She was lying motionless on a thin mat
surrounded by towers of boxes and trash.
The 4-chan user thought she was dead.
Then she moved.
The woman sat up, wrote something on a whiteboard,
and held it to the camera.
Broken English.
My name is Chip Chan.
Police officer put Chip in my ankle.
He control my brain.
She collapsed back onto the mat, unconscious.
20 hours later, she was still there.
Same position, she hadn't moved a muscle.
The Internet had found its new obsession.
Before the stream, she was normal.
Jane, a Korean woman in the 30s who wrote a blog.
She talked about restaurants.
She gave movie reviews.
She talked about her weekend plans, her friends, her job.
Ordinary life documented in ordinary ways.
Then around 2006, the post changed.
She wrote about footsteps in the hallway that stopped outside her door,
cars that waited outside her window.
She constantly felt like she was being watched.
She wrote about a police officer who kept showing up places she went.
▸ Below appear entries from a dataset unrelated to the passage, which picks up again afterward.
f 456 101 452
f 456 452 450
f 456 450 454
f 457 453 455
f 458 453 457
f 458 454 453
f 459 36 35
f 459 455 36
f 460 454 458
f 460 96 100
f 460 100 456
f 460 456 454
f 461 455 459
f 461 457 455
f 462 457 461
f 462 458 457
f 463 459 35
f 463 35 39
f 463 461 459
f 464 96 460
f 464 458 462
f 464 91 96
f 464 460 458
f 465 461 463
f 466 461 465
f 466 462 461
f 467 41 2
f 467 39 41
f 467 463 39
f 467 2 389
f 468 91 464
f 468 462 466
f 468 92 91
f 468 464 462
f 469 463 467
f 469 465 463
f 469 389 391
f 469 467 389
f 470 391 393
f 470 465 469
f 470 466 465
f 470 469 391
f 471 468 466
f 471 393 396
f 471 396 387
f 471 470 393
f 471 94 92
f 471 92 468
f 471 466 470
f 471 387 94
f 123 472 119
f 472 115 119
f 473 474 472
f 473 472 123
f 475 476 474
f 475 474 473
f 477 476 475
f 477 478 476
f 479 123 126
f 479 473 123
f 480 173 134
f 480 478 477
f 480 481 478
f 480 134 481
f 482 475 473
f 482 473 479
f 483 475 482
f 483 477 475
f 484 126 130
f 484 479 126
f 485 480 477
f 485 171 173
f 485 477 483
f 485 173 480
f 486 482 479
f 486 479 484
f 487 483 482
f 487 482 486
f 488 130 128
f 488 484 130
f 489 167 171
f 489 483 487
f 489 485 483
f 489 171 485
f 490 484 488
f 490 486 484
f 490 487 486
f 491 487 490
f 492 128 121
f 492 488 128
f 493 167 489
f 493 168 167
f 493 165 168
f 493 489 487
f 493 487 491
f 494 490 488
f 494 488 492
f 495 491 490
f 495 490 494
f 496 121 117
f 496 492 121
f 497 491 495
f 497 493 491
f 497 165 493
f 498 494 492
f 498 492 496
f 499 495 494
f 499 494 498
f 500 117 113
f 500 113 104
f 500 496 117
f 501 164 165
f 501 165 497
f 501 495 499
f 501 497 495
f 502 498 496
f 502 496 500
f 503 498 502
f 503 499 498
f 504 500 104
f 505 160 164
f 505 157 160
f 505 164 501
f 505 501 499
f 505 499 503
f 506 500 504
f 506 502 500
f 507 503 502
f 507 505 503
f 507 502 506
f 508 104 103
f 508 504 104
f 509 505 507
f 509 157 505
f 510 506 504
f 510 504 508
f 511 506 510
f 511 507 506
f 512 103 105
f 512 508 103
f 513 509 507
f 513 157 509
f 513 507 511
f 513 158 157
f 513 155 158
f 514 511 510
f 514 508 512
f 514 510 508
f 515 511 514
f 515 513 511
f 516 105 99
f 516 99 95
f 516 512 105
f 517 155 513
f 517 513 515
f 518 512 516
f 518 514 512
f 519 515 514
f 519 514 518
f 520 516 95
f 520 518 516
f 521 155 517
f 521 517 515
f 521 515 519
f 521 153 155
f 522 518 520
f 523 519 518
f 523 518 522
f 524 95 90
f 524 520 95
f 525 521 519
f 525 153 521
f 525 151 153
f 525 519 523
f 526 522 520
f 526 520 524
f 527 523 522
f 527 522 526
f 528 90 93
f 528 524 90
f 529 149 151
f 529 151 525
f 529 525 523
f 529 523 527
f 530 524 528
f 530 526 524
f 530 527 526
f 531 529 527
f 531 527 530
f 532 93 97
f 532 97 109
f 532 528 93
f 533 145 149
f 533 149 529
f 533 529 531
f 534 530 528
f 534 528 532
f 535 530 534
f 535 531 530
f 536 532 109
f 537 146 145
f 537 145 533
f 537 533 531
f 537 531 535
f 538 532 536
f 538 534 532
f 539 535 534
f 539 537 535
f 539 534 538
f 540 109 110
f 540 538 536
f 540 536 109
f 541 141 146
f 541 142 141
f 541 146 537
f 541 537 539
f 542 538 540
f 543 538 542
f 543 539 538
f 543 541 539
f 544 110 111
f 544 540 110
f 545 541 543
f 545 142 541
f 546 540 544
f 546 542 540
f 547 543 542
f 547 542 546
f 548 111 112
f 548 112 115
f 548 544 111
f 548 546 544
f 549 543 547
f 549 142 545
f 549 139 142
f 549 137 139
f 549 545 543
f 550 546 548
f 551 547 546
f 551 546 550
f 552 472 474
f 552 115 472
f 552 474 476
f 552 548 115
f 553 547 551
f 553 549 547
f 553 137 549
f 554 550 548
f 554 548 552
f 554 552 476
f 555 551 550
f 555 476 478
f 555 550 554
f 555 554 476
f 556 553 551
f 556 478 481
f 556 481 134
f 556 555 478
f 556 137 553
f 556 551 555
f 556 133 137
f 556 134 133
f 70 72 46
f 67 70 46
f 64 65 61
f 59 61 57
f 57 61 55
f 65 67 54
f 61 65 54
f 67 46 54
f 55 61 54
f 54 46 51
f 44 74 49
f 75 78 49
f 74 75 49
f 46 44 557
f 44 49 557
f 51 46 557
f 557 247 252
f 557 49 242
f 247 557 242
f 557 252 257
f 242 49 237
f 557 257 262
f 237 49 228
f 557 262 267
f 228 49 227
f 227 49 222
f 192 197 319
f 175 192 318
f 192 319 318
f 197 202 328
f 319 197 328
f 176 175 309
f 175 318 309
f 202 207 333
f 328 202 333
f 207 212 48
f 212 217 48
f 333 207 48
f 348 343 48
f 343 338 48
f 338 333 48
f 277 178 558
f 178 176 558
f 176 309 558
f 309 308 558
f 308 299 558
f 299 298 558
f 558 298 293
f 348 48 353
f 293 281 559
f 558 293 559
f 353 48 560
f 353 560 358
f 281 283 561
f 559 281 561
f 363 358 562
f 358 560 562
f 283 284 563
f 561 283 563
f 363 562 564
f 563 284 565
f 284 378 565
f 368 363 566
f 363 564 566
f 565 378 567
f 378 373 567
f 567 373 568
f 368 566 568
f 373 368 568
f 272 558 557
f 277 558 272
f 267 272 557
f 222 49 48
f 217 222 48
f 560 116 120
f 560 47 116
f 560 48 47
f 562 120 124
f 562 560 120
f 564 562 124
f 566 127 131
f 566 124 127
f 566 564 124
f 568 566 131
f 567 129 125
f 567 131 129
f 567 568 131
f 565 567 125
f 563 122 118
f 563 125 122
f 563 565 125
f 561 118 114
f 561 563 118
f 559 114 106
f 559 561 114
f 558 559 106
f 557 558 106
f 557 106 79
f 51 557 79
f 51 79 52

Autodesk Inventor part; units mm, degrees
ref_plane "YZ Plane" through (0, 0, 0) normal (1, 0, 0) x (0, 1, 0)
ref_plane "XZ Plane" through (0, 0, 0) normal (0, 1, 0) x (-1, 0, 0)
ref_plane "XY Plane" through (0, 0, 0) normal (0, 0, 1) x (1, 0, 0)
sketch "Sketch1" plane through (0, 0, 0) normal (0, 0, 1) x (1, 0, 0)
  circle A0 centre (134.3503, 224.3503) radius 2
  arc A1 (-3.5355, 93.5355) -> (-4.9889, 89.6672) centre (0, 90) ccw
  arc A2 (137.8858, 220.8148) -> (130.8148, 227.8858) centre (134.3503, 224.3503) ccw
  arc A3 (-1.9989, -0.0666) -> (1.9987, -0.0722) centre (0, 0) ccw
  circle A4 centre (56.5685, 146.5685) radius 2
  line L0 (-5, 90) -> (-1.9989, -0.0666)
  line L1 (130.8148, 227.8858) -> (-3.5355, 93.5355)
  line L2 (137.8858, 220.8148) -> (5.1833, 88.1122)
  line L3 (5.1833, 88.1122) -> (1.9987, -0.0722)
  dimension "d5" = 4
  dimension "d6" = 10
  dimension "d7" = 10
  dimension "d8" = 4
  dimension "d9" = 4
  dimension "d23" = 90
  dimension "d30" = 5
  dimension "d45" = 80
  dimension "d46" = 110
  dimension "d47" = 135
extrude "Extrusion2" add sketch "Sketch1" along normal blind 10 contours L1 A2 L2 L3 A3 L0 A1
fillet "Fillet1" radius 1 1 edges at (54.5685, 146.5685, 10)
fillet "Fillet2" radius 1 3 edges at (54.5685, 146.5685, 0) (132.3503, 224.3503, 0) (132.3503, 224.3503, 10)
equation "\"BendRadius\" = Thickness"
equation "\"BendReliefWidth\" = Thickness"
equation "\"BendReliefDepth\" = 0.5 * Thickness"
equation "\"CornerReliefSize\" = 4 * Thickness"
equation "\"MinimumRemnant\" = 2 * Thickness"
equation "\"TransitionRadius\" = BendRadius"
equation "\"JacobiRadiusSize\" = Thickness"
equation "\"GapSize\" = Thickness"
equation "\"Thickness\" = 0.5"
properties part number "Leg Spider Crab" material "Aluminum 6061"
Coffee shops, the grocery store, where she worked.
Always the same man.
Always watching.
She wrote about waking up exhausted with no memory of falling asleep.
Her apartment was rearranged.
Objects moved from their normal places.
Windows open that she remembered closing.
She would suddenly be missing time.
She lost hours at a time and had no idea why.
The blog post became frantic and paranoid.
Then they stopped.
But two years later, she was back.
She live-streamed herself 24 hours a day for an apartment that looked like a hoarder's tomb.
Boxes stacked to the ceiling. Trash bags lined every wall.
The floor was buried under food containers, empty bottles, and crumpled paper.
Her windows were completely covered with newspaper and cardboard.
No natural light made it inside.
She called him P, a corrupt police officer who had implanted a Vera chip in her ankle sometime in the late 1990s.
The same technology nightclubs were using to identify VIP customers.
The same RFID technology medical facilities use to store patient data.
An implant about the size of a grain of rice that could be read by external scanners.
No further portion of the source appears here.